## Provided entries
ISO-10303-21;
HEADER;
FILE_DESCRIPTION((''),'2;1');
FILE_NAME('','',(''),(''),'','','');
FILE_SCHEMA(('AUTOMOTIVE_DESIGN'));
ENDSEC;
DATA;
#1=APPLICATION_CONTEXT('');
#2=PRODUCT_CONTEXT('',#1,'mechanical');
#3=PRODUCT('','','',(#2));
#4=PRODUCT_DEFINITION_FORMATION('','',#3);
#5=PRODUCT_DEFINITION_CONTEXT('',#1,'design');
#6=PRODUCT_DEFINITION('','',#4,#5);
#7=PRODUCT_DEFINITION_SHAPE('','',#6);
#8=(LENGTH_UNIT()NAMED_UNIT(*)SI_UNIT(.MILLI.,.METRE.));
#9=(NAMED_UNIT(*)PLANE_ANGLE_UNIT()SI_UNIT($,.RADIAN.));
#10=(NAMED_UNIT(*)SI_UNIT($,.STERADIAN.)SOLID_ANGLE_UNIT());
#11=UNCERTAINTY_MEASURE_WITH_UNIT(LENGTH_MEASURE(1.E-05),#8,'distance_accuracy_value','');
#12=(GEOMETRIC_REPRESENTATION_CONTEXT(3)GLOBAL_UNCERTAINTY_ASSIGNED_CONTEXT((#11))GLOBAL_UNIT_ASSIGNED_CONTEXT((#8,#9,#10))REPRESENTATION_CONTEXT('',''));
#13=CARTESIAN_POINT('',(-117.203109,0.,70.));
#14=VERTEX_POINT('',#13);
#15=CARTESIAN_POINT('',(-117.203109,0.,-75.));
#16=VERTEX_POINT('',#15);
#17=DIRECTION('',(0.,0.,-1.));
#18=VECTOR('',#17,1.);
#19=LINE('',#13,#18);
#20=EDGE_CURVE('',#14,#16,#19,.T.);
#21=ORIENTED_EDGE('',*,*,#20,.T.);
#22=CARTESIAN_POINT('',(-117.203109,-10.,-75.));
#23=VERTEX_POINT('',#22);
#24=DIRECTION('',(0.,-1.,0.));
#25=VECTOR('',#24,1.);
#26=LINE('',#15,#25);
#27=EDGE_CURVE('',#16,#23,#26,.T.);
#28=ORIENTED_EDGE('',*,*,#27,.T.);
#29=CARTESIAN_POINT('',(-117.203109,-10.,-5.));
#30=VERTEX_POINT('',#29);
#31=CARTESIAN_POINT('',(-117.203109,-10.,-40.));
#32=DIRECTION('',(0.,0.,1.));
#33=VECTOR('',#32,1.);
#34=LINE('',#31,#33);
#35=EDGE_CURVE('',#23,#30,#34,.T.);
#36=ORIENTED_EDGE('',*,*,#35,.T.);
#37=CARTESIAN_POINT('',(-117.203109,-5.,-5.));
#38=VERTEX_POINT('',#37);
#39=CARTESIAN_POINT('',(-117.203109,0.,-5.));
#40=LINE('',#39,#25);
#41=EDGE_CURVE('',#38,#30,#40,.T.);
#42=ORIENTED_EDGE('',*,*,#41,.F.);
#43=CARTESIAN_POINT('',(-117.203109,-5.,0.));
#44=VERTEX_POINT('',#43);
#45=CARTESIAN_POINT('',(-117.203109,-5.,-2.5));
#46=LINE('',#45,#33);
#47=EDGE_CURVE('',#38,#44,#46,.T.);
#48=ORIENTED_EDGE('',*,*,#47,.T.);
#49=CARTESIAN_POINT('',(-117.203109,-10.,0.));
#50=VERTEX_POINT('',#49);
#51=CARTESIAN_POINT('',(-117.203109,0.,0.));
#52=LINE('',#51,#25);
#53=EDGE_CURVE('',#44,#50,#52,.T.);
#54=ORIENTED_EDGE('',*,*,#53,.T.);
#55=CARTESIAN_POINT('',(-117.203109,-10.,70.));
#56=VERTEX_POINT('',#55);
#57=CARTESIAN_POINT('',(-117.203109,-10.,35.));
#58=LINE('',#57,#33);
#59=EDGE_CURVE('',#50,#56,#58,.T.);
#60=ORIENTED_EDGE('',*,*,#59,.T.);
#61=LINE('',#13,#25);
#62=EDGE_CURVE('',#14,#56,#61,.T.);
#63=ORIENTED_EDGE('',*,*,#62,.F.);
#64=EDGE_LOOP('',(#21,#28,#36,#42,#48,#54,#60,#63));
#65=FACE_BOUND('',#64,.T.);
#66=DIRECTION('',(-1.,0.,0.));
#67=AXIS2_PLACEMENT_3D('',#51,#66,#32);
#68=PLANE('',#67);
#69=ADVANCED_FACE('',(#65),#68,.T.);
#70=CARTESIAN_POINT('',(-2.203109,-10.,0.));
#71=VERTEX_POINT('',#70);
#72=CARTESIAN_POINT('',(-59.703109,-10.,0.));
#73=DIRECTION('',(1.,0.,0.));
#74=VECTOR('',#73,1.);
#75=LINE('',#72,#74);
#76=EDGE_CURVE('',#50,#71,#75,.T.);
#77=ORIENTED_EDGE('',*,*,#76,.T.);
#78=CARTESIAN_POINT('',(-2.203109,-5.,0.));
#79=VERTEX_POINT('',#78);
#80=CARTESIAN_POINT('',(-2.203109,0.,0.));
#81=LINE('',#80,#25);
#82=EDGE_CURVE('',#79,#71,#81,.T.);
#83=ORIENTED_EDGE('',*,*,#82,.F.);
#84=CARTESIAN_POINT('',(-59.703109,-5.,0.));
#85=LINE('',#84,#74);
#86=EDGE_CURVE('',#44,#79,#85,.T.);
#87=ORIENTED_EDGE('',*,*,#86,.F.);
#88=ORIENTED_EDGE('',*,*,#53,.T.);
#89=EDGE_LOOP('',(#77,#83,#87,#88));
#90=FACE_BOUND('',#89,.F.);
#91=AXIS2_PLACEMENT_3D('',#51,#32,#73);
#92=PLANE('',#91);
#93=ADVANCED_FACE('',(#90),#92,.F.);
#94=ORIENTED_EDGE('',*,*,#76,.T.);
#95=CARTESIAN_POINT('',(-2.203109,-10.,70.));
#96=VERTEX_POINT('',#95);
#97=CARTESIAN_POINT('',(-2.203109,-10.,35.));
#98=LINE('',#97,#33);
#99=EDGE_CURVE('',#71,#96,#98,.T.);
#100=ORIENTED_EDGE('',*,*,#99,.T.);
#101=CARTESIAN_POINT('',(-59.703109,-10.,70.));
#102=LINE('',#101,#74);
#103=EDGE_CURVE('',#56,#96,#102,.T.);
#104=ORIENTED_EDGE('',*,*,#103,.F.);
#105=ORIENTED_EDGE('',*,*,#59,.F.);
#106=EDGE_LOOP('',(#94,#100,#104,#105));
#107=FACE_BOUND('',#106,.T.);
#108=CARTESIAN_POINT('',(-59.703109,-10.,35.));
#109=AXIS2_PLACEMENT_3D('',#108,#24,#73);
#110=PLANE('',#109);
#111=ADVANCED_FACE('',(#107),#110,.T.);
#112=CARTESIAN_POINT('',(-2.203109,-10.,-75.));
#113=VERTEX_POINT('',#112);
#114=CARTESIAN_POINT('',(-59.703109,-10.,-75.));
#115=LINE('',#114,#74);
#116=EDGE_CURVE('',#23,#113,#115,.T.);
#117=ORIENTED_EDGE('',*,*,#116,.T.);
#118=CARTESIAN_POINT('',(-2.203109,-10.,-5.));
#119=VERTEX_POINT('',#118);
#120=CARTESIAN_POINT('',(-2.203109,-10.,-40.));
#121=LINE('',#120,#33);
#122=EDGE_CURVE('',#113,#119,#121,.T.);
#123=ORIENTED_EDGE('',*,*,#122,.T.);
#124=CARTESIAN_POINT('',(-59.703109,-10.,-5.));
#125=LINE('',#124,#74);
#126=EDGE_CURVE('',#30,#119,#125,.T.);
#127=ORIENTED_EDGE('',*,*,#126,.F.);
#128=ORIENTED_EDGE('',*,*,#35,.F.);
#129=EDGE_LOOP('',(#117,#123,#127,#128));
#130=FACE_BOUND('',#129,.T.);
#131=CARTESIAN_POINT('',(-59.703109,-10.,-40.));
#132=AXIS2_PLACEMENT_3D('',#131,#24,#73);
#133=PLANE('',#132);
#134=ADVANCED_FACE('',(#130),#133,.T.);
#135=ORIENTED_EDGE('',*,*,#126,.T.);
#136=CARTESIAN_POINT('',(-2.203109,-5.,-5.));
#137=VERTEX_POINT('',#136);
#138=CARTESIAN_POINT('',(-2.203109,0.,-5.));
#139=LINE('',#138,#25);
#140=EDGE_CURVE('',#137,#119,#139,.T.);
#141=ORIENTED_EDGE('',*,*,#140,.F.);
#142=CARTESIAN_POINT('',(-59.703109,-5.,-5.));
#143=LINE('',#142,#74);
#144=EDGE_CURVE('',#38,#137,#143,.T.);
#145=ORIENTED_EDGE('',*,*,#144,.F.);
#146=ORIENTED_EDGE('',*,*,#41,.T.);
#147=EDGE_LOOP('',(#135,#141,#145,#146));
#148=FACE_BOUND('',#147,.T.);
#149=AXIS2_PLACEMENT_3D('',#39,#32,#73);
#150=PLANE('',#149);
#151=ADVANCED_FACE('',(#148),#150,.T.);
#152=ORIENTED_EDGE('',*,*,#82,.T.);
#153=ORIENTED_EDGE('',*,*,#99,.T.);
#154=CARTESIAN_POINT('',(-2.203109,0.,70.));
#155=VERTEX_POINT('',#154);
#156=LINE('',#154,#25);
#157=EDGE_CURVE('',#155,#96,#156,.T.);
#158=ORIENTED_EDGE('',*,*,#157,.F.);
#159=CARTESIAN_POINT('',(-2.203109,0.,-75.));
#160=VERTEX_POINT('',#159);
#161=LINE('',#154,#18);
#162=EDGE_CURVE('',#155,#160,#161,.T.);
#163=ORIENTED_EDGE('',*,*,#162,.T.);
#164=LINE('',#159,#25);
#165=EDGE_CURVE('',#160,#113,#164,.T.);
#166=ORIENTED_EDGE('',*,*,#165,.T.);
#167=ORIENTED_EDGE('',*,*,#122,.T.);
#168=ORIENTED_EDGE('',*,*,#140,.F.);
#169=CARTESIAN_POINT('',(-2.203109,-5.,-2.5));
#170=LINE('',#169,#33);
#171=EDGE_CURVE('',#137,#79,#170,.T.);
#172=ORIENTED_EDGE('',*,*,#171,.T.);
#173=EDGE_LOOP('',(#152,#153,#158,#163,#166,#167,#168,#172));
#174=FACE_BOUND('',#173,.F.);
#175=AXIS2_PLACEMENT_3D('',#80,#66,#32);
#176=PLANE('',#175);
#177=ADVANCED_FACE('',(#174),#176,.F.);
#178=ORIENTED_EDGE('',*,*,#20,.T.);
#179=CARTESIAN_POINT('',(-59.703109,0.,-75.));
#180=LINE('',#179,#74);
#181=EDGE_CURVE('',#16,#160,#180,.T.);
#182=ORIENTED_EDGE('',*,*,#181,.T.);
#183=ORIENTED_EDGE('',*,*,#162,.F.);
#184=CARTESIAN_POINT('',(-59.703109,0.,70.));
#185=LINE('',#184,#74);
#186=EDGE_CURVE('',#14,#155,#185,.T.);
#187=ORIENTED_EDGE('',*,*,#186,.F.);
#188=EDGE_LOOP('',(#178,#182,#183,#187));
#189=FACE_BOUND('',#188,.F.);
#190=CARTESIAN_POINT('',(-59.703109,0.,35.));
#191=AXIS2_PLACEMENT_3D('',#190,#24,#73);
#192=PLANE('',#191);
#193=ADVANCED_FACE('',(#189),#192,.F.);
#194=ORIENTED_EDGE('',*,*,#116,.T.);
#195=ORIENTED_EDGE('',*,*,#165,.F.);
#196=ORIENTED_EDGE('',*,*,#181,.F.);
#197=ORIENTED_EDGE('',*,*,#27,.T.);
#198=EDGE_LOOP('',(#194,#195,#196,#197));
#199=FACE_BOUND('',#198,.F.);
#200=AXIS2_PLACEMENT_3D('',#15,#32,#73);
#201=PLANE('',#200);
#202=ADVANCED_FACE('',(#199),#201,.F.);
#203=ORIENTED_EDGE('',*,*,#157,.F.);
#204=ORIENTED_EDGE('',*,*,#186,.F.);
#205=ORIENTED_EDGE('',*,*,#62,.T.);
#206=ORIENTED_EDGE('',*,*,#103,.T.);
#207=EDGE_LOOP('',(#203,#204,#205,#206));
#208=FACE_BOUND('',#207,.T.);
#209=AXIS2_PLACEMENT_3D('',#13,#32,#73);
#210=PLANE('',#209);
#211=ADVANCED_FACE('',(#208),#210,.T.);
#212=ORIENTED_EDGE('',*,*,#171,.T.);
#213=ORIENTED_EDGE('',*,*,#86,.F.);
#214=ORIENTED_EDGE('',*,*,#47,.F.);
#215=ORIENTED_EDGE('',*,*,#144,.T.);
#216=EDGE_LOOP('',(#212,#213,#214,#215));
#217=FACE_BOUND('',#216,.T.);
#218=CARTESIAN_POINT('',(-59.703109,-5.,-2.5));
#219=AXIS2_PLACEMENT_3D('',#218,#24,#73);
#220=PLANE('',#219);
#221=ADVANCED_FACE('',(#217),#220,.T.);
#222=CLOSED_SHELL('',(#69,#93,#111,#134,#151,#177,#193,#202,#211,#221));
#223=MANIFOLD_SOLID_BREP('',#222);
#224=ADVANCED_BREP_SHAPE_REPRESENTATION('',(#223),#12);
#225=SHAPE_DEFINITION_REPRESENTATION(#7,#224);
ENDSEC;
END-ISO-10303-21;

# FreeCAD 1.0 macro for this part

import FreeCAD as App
import Part
import Sketcher

V = App.Vector


def add_polygon(sketch, points):
    """Adds a closed chain of lines whose ends are joined by coincident constraints."""
    first, n = sketch.GeometryCount, len(points)
    for a, b in zip(points, points[1:] + points[:1]):
        sketch.addGeometry(Part.LineSegment(App.Vector(*a, 0), App.Vector(*b, 0)), False)
    for i in range(n):
        sketch.addConstraint(Sketcher.Constraint("Coincident", first + i, 2, first + (i + 1) % n, 1))

doc = App.newDocument("Part")
body = doc.addObject("PartDesign::Body", "Body")

# Sketch on XZ plane
sketch1 = body.newObject("Sketcher::SketchObject", "Sketch")
sketch1.AttachmentSupport = (doc.getObject("XZ_Plane"), [""])
sketch1.MapMode = "FlatFace"
add_polygon(sketch1, [(-117, 0), (-117, -5), (-2, -5), (-2, 0)])  # lines 0-3
sketch1.addConstraint(Sketcher.Constraint("Vertical", 0))
sketch1.addConstraint(Sketcher.Constraint("Horizontal", 1))
sketch1.addConstraint(Sketcher.Constraint("Vertical", 2))
sketch1.addConstraint(Sketcher.Constraint("Horizontal", 3))
sketch1.addConstraint(Sketcher.Constraint("PointOnObject", 2, 2, -1))
sketch1.addConstraint(Sketcher.Constraint("DistanceX", 1, 1, 1, 2, 115.0))
sketch1.addConstraint(Sketcher.Constraint("DistanceY", 0, 2, 0, 1, 5.0))
sketch1.addConstraint(Sketcher.Constraint("DistanceX", 0, 2, -1, 1, 117.203109))
pad1 = body.newObject("PartDesign::Pad", "Pad")
pad1.Profile = sketch1
pad1.Length = 5

# Sketch on XZ plane
sketch2 = body.newObject("Sketcher::SketchObject", "Sketch001")
sketch2.AttachmentSupport = (doc.getObject("XZ_Plane"), [""])
sketch2.MapMode = "FlatFace"
add_polygon(sketch2, [(-117, 70), (-117, 0), (-2, 0), (-2, 70)])  # lines 0-3
add_polygon(sketch2, [(-117, -5), (-117, -75), (-2, -75), (-2, -5)])  # lines 4-7
sketch2.addConstraint(Sketcher.Constraint("Vertical", 0))
sketch2.addConstraint(Sketcher.Constraint("Horizontal", 1))
sketch2.addConstraint(Sketcher.Constraint("Vertical", 2))
sketch2.addConstraint(Sketcher.Constraint("Horizontal", 3))
sketch2.addConstraint(Sketcher.Constraint("Vertical", 4))
sketch2.addConstraint(Sketcher.Constraint("Horizontal", 5))
sketch2.addConstraint(Sketcher.Constraint("Vertical", 6))
sketch2.addConstraint(Sketcher.Constraint("Horizontal", 7))
sketch2.addConstraint(Sketcher.Constraint("PointOnObject", 0, 2, -1))
sketch2.addConstraint(Sketcher.Constraint("Vertical", 3, 2, 4, 2))
sketch2.addConstraint(Sketcher.Constraint("Vertical", 2, 2, 5, 2))
sketch2.addConstraint(Sketcher.Constraint("Equal", 2, 4))
sketch2.addConstraint(Sketcher.Constraint("DistanceX", 1, 1, 1, 2, 115.0))
sketch2.addConstraint(Sketcher.Constraint("DistanceY", 0, 2, 0, 1, 70.0))
sketch2.addConstraint(Sketcher.Constraint("DistanceY", 4, 2, -1, 1, 75.0))
sketch2.addConstraint(Sketcher.Constraint("DistanceX", 0, 2, -1, 1, 117.203109))
pad2 = body.newObject("PartDesign::Pad", "Pad001")
pad2.Profile = sketch2
pad2.Length = 10

doc.recompute()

## Your task
Look above for the line containing "#77=ORIENTED_EDGE('',*,*,#76,.T.);" and the line containing "#114=CARTESIAN_POINT('',(-59.703109,-10.,-75.));". Transcribe both, with the lines between them, exactly.

## Your response
#77=ORIENTED_EDGE('',*,*,#76,.T.);
#78=CARTESIAN_POINT('',(-2.203109,-5.,0.));
#79=VERTEX_POINT('',#78);
#80=CARTESIAN_POINT('',(-2.203109,0.,0.));
#81=LINE('',#80,#25);
#82=EDGE_CURVE('',#79,#71,#81,.T.);
#83=ORIENTED_EDGE('',*,*,#82,.F.);
#84=CARTESIAN_POINT('',(-59.703109,-5.,0.));
#85=LINE('',#84,#74);
#86=EDGE_CURVE('',#44,#79,#85,.T.);
#87=ORIENTED_EDGE('',*,*,#86,.F.);
#88=ORIENTED_EDGE('',*,*,#53,.T.);
#89=EDGE_LOOP('',(#77,#83,#87,#88));
#90=FACE_BOUND('',#89,.F.);
#91=AXIS2_PLACEMENT_3D('',#51,#32,#73);
#92=PLANE('',#91);
#93=ADVANCED_FACE('',(#90),#92,.F.);
#94=ORIENTED_EDGE('',*,*,#76,.T.);
#95=CARTESIAN_POINT('',(-2.203109,-10.,70.));
#96=VERTEX_POINT('',#95);
#97=CARTESIAN_POINT('',(-2.203109,-10.,35.));
#98=LINE('',#97,#33);
#99=EDGE_CURVE('',#71,#96,#98,.T.);
#100=ORIENTED_EDGE('',*,*,#99,.T.);
#101=CARTESIAN_POINT('',(-59.703109,-10.,70.));
#102=LINE('',#101,#74);
#103=EDGE_CURVE('',#56,#96,#102,.T.);
#104=ORIENTED_EDGE('',*,*,#103,.F.);
#105=ORIENTED_EDGE('',*,*,#59,.F.);
#106=EDGE_LOOP('',(#94,#100,#104,#105));
#107=FACE_BOUND('',#106,.T.);
#108=CARTESIAN_POINT('',(-59.703109,-10.,35.));
#109=AXIS2_PLACEMENT_3D('',#108,#24,#73);
#110=PLANE('',#109);
#111=ADVANCED_FACE('',(#107),#110,.T.);
#112=CARTESIAN_POINT('',(-2.203109,-10.,-75.));
#113=VERTEX_POINT('',#112);
#114=CARTESIAN_POINT('',(-59.703109,-10.,-75.));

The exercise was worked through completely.